Source data:
# # # # #

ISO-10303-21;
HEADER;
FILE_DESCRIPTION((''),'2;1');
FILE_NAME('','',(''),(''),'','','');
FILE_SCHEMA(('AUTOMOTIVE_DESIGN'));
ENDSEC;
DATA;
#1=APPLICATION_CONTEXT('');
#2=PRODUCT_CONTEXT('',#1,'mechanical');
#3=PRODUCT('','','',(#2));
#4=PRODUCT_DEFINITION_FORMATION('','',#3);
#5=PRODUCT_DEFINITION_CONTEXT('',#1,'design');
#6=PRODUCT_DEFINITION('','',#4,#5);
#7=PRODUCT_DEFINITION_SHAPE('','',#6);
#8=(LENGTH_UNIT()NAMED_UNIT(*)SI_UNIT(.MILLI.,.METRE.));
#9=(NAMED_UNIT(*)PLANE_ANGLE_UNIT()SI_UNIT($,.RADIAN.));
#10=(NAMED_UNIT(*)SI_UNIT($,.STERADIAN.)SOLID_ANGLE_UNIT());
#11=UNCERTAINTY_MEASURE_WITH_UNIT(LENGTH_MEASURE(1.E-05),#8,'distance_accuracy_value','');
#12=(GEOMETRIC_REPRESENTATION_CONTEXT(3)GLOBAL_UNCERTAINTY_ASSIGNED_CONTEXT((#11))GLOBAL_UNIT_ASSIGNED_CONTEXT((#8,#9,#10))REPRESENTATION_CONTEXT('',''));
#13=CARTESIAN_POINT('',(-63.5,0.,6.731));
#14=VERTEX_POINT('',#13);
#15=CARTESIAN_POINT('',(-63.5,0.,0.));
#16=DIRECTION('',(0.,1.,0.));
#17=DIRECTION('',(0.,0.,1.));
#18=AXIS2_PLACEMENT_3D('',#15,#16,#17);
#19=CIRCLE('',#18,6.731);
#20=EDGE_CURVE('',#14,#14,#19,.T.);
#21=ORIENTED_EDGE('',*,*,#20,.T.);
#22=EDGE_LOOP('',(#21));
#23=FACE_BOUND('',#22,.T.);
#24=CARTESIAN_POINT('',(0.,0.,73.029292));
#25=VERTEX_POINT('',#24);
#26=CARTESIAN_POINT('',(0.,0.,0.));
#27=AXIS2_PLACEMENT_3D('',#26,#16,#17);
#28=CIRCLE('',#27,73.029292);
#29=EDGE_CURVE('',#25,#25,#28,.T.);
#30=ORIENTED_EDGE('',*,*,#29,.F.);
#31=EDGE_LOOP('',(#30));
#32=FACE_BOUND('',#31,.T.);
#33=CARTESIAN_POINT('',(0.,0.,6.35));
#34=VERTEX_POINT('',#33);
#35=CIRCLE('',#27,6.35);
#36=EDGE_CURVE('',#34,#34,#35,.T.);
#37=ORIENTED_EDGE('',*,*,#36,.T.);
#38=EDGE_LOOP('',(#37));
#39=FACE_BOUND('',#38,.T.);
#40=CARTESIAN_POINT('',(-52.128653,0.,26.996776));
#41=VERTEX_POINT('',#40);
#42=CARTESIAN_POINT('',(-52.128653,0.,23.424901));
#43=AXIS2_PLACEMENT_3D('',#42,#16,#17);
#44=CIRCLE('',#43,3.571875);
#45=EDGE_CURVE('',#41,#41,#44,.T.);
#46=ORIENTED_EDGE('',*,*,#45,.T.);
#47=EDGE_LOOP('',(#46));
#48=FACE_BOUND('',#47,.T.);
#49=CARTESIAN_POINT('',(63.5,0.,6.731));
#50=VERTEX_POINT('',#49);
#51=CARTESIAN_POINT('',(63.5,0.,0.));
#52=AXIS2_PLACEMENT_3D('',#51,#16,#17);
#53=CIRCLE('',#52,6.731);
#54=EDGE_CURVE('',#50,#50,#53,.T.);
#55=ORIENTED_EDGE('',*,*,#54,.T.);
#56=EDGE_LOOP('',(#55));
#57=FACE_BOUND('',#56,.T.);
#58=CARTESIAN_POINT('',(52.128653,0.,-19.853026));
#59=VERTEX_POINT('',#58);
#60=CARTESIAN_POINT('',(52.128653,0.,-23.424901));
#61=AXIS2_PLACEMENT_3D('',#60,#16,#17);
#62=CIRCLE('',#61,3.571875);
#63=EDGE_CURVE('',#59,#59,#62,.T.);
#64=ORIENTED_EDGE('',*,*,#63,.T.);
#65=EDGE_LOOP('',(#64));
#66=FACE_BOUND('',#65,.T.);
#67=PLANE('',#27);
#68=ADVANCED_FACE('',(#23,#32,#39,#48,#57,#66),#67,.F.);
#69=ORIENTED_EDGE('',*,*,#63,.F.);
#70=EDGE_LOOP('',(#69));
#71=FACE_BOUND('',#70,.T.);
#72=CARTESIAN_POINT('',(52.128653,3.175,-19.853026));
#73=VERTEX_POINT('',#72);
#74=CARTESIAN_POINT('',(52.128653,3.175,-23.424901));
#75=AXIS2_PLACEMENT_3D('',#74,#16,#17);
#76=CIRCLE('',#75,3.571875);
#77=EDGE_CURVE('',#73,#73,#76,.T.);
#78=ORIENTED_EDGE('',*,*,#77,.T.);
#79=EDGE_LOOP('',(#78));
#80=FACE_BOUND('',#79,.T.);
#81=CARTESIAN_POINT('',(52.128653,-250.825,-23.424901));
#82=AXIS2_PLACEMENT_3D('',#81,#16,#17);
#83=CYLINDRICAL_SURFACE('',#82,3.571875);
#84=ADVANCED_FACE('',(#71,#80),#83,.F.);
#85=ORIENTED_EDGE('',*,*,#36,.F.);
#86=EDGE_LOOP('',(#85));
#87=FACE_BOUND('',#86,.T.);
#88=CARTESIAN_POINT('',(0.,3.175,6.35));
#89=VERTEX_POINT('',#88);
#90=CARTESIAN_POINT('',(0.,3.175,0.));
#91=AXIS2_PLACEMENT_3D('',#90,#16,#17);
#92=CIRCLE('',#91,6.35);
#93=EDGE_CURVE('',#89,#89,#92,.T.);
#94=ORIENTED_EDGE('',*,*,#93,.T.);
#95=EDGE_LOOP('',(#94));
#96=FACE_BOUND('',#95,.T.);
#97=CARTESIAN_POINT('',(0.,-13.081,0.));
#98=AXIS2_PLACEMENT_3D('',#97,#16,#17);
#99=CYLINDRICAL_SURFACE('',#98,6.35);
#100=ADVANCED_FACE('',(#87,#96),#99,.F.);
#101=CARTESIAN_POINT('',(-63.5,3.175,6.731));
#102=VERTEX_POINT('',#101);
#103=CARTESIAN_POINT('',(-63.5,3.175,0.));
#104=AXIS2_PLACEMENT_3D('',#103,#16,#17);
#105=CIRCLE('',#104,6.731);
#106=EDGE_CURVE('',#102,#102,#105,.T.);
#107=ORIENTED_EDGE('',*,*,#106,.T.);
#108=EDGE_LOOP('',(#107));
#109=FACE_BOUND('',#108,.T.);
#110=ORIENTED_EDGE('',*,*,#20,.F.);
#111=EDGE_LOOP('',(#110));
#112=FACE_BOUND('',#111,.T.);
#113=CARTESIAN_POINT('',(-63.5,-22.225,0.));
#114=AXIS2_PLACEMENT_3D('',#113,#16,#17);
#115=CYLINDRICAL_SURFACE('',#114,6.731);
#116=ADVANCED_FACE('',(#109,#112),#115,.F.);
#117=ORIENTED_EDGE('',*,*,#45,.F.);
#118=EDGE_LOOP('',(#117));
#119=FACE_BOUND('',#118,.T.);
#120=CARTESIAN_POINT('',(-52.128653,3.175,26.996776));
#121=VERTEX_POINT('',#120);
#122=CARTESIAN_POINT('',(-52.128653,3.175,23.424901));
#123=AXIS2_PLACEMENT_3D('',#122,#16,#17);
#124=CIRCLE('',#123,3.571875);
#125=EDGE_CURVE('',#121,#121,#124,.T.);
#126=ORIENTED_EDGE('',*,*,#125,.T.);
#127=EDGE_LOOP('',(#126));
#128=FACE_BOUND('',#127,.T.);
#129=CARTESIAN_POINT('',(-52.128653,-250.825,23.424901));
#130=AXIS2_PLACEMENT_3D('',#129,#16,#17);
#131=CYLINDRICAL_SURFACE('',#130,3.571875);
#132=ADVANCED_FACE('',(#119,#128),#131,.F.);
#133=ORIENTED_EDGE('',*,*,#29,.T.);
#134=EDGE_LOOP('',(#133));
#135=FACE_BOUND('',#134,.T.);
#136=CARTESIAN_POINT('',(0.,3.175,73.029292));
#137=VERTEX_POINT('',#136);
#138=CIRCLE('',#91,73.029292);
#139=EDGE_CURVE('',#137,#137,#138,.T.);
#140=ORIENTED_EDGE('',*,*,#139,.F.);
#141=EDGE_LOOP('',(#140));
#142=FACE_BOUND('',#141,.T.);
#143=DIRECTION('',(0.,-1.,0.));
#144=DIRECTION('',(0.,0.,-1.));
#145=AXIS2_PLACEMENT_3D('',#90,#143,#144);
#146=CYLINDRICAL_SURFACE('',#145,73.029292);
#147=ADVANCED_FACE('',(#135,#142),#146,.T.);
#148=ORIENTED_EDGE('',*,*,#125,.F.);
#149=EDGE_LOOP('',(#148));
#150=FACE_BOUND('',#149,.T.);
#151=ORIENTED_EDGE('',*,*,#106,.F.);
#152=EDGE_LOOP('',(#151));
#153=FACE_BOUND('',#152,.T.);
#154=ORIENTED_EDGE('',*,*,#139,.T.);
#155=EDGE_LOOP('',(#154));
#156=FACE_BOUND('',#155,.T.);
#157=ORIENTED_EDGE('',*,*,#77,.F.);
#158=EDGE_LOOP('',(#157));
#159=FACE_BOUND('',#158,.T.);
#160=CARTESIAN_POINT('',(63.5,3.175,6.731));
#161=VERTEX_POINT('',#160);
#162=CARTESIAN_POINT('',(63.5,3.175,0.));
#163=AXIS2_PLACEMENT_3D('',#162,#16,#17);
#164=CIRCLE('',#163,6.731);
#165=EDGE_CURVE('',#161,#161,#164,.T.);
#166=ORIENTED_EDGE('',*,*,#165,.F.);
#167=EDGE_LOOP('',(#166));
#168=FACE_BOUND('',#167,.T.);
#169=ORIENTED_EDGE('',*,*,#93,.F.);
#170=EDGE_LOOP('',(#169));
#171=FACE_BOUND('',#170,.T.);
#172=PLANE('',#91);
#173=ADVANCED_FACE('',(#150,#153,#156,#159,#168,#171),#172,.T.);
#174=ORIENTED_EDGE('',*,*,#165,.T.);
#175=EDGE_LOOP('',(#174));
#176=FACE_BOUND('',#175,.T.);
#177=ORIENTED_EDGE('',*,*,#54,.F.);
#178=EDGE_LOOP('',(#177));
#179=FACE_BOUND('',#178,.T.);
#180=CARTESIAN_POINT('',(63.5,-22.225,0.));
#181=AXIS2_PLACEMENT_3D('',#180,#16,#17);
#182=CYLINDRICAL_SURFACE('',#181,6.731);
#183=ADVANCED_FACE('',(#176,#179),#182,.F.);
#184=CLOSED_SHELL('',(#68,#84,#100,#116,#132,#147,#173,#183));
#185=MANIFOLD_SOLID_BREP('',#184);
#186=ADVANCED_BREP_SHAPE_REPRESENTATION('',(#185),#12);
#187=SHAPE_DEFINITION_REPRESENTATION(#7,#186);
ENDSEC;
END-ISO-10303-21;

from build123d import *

# Parameters (mm, degrees)
SKETCH1_R           = 73.029292346
BOSS_EXTRUDE1_DEPTH = 3.175
SKETCH8_R           = 6.35
CUT_EXTRUDE3_DEPTH  = 16.256
SKETCH10_R          = 6.731
CUT_EXTRUDE4_DEPTH  = 25.4
SKETCH11_R          = 3.571875
CUT_EXTRUDE5_DEPTH  = 254


with BuildPart() as part:
    # Sketch1 → Boss-Extrude1 (new body)
    with BuildSketch(Plane(origin=(0, 0, 0), x_dir=(1, 0, 0), z_dir=(0, 1, 0))):
        with Locations(Location((0, 0, 0), (0, 0, 270))):
            Circle(SKETCH1_R)
    extrude(amount=BOSS_EXTRUDE1_DEPTH)

    # Sketch8 → Cut-Extrude3 (cut)
    with BuildSketch(Plane(origin=(0, 3.175, 0), x_dir=(1, 0, 0), z_dir=(0, 1, 0))):
        with Locations(Location((0, 0, 0), (0, 0, 270))):
            Circle(SKETCH8_R)
    extrude(amount=-CUT_EXTRUDE3_DEPTH, mode=Mode.SUBTRACT)

    # Sketch10 → Cut-Extrude4 (cut)
    with BuildSketch(Plane(origin=(0, 3.175, 0), x_dir=(1, 0, 0), z_dir=(0, 1, 0))):
        with Locations(Location((-63.5, 0, 0), (0, 0, 270))):
            Circle(SKETCH10_R)
        with Locations(Location((63.5, 0, 0), (0, 0, 270))):
            Circle(SKETCH10_R)
    extrude(amount=-CUT_EXTRUDE4_DEPTH, mode=Mode.SUBTRACT)

    # Sketch11 → Cut-Extrude5 (cut)
    with BuildSketch(Plane(origin=(0, 3.175, 0), x_dir=(1, 0, 0), z_dir=(0, 1, 0))):
        with Locations(Location((-52.128653384, -23.424901204, 0), (0, 0, 270))):
            Circle(SKETCH11_R)
        with Locations(Location((52.128653384, 23.424901204, 0), (0, 0, 270))):
            Circle(SKETCH11_R)
    extrude(amount=-CUT_EXTRUDE5_DEPTH, mode=Mode.SUBTRACT)


solid = part.part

# # # # #

Output each line exactly, from the first line of the data down to the line that contains "#10=(NAMED_UNIT(*)SI_UNIT($,.STERADIAN.)SOLID_ANGLE_UNIT());", both included.

ISO-10303-21;
HEADER;
FILE_DESCRIPTION((''),'2;1');
FILE_NAME('','',(''),(''),'','','');
FILE_SCHEMA(('AUTOMOTIVE_DESIGN'));
ENDSEC;
DATA;
#1=APPLICATION_CONTEXT('');
#2=PRODUCT_CONTEXT('',#1,'mechanical');
#3=PRODUCT('','','',(#2));
#4=PRODUCT_DEFINITION_FORMATION('','',#3);
#5=PRODUCT_DEFINITION_CONTEXT('',#1,'design');
#6=PRODUCT_DEFINITION('','',#4,#5);
#7=PRODUCT_DEFINITION_SHAPE('','',#6);
#8=(LENGTH_UNIT()NAMED_UNIT(*)SI_UNIT(.MILLI.,.METRE.));
#9=(NAMED_UNIT(*)PLANE_ANGLE_UNIT()SI_UNIT($,.RADIAN.));
#10=(NAMED_UNIT(*)SI_UNIT($,.STERADIAN.)SOLID_ANGLE_UNIT());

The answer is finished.